After the big batch of wines we drank here during August, September’s selection is somewhat smaller, but I hope the ten wines I have chosen are as interesting as ever. Part One is made up of five wines, the first two of which are from Czechia (or the Czech Republic, if you prefer). We then travel to Switzerland’s Chablais, Alsace and, finally, Baden.
Solar Red 2022, Petr Koráb (Moravia, Czechia)
Petr is someone who makes a regular appearance here, and those of you who have tried to buy this wonderful young Boleradice producer’s wines will have come up against one slight problem. He often creates cuvées as one-offs, so like some of the wines I’ve praised before, the likelihood of this wine being repeated next year is slim. However, in this case, at the time of writing his UK importer does actually have some stock left. If, like me, this wine appeals to you, don’t be put off buying it because winter is coming. For me, it’s one I’m glad I didn’t miss.
Petr wanted to make a pale red wine for summer and he’s succeeded many times over. The blend is three varieties, Pinot Noir, Karmazin (a local synonym for Frankovka/Blaufränkisch) and Zweigelt, whole bunches, a spontaneous natural fermentation, and no additives (including no sulphur). This is a bright and clean wine with a little sediment but no cloudiness.
It smells of ripe summer fruits, but more like an ice cream than just the pure fruit, and it tastes like a strawberry and cherry-flavoured white wine because of its summery acids and just a hint of mineral grip. The finish has an equally tiny hint of earthiness, but its basically fruit all the way. This was delicious on a hot day, chilled of course, but it might easily brighten up the dark evenings when the clocks go back (or the promised October heat wave arrives). It will also provide a perfect accompaniment to spring, when it arrives, if you tuck it away. Especially at 11% abv.
£23 from Basket Press Wines.

Ryzlink Vlašský 2018, Syfany Winery (Moravia, Czechia)
This is my first wine from Syfany, newly arrived in the UK, and what a great introduction it was. Syfany is based in the Moravian village of Vrbice, with vines also at nearby Velké Bílovice. Winemaking in the family goes back five hundred years. The current incumbents are Jakub Zborovský and his wife, Kája, who both make the wine.
Viticulture is organic, moving towards more “natural wine” practices. As the largest producer on Basket Press Wines’ portfolio (there are 36-ha of vines on a larger agricultural farm of around 400-hectares), they may not be quite as boutique as some, but they are able to make reasonable quantities of wines which, at least for now, are remarkably good value. They also age many of their wines in acacia barrels made from local forests.
The variety here is none other than Welschriesling, its Czech name not too dissimilar to the Laski Riesling once imported from the former Yugoslavia and still to be found in at least one major UK supermarket today. That wine is often off-dry and not necessarily a wine to suit the palate of anyone reading this article. This Czech version shows what a bit of bottle age can achieve in a carefully made (and dry) wine. It shows the class you can find in some Austrian examples.
Waxed lemon, salinity, mineral and floral sum it up. There’s a nice bitter, herbal, touch which is a counterpoint to the wine’s creamy mouthfeel. Above this rides citrus acidity. Altogether the balance is very good. The bonus is that it’s £18 (from Basket Press Wines). There’s a whole range from Syfany to choose from, some being sold out, but I wish I’d also bought “Just Red” after a few comments made to me, and both that and this Welschriesling are still available.

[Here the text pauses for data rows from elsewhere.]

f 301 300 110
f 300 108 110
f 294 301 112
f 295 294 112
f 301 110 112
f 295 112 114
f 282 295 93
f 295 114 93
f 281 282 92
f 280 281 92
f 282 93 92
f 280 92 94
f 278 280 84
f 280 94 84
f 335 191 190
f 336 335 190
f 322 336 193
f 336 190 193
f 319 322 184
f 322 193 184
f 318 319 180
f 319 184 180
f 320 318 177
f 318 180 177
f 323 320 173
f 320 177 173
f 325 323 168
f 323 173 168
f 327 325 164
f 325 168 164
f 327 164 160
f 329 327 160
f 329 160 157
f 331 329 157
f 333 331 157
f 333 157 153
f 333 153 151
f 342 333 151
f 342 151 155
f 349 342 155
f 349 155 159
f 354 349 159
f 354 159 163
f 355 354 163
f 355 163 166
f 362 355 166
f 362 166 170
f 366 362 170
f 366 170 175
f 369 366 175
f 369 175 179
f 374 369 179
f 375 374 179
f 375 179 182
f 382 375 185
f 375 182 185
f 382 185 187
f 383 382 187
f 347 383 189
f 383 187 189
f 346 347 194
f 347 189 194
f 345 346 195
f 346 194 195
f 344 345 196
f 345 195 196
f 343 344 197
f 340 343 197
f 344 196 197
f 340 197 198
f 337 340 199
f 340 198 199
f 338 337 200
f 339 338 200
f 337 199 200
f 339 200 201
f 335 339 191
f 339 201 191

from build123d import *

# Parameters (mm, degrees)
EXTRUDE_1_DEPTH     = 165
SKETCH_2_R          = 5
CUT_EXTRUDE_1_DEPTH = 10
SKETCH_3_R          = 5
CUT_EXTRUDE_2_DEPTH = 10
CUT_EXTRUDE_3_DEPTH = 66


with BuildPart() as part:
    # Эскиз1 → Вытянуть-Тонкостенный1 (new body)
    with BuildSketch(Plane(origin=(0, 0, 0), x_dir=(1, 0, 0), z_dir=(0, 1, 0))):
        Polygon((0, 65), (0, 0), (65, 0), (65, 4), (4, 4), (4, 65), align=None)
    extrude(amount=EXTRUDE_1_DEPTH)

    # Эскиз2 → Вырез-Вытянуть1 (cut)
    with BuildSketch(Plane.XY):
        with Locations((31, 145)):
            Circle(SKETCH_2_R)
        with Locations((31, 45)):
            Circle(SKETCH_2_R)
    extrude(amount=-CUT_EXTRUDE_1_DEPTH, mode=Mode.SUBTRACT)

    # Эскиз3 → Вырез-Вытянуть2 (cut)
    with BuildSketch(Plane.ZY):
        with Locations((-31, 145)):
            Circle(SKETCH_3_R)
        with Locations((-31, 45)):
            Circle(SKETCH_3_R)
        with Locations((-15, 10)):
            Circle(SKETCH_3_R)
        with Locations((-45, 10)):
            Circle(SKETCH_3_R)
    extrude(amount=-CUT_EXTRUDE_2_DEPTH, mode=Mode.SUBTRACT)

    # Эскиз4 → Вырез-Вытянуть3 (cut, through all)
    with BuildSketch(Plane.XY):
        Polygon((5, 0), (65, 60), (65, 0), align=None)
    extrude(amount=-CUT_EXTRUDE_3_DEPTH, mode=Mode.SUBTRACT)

Aigle Les Murailles 2021, Henri Badoux (Chablais, Switzerland)
We are out of the territory of natural wine here, and looking at a wine of which I’m told around a million bottles are made each vintage. I don’t know if that is really true, but it is also asserted that the “green lizard” is the most recognised wine label within Switzerland. There’s a red version (and apparently a Rosé and a sparkling) these days, but for a long time, Badoux’s best-selling “Les Murailles” has been a pretty good benchmark Chasselas.
First, the name. Badoux have somehow managed to keep Aigle on the label. Aigle is a beautiful village with a famous castle which probably doesn’t make a million bottles of wine, but it does have a vineyard called “Les Murailles”, these being the stones which support its terraces, trapping and radiating the sun’s warmth and creating an environment warm enough for lizards to bask on. So it’s more a brand.
The appellation for this wine is Chablais, within which you will find the village of Aigle, but Chablais (nothing to do with Chablis) basically occupies that part of the Vaud Canton which follows the right bank of the Rhône as it flows northwest, from Martigny (in the Valais) up towards Lac Léman and the terraces of Lavaux.
It is equally true that the Badoux family no longer owns Henri Badoux SA, although I’m told they are still involved to some degree. The owner today is called Schenk, a large Swiss wine company.
All this perhaps seems framed a little negatively, except you all know by now that I don’t bother to write about wines I don’t like. You see, it’s a classic Vaud Chasselas in the best sense. I mean Dom Pérignon has a similarly large production and no one says that’s crap! Dry, herbal, and slightly floral on its bouquet, it shows stone fruits and a touch of minerality, with a carbon dioxide prickle just evident on the tongue.
It has weight too. The 13% abv here makes it seem very different to some of the thinner Chasselas you get sometimes from the gentle slopes of the Western Vaud, towards Geneva. A 2021 vintage, it is still quite youthful, but I think the freshness is a good thing, but do note that this wine is capable of ageing well. Alpine Wines may have, certainly did, some back vintages.
It’s just a shame that Swiss wine has to cost an arm and a leg, and this was £35 from The Solent Cellar. Their web site says they have the 2020, but I’m pretty sure my bottle was ’21. Alpine Wines is the importer, selling the 2021 for a little bit more. It’s still not too much to pay to try a benchmark Vaud Chasselas (those from the so-called crus of Lavaux can cost a lot more). At more than £43 the red version is a big ask which even I have only bought once, in the cause of research.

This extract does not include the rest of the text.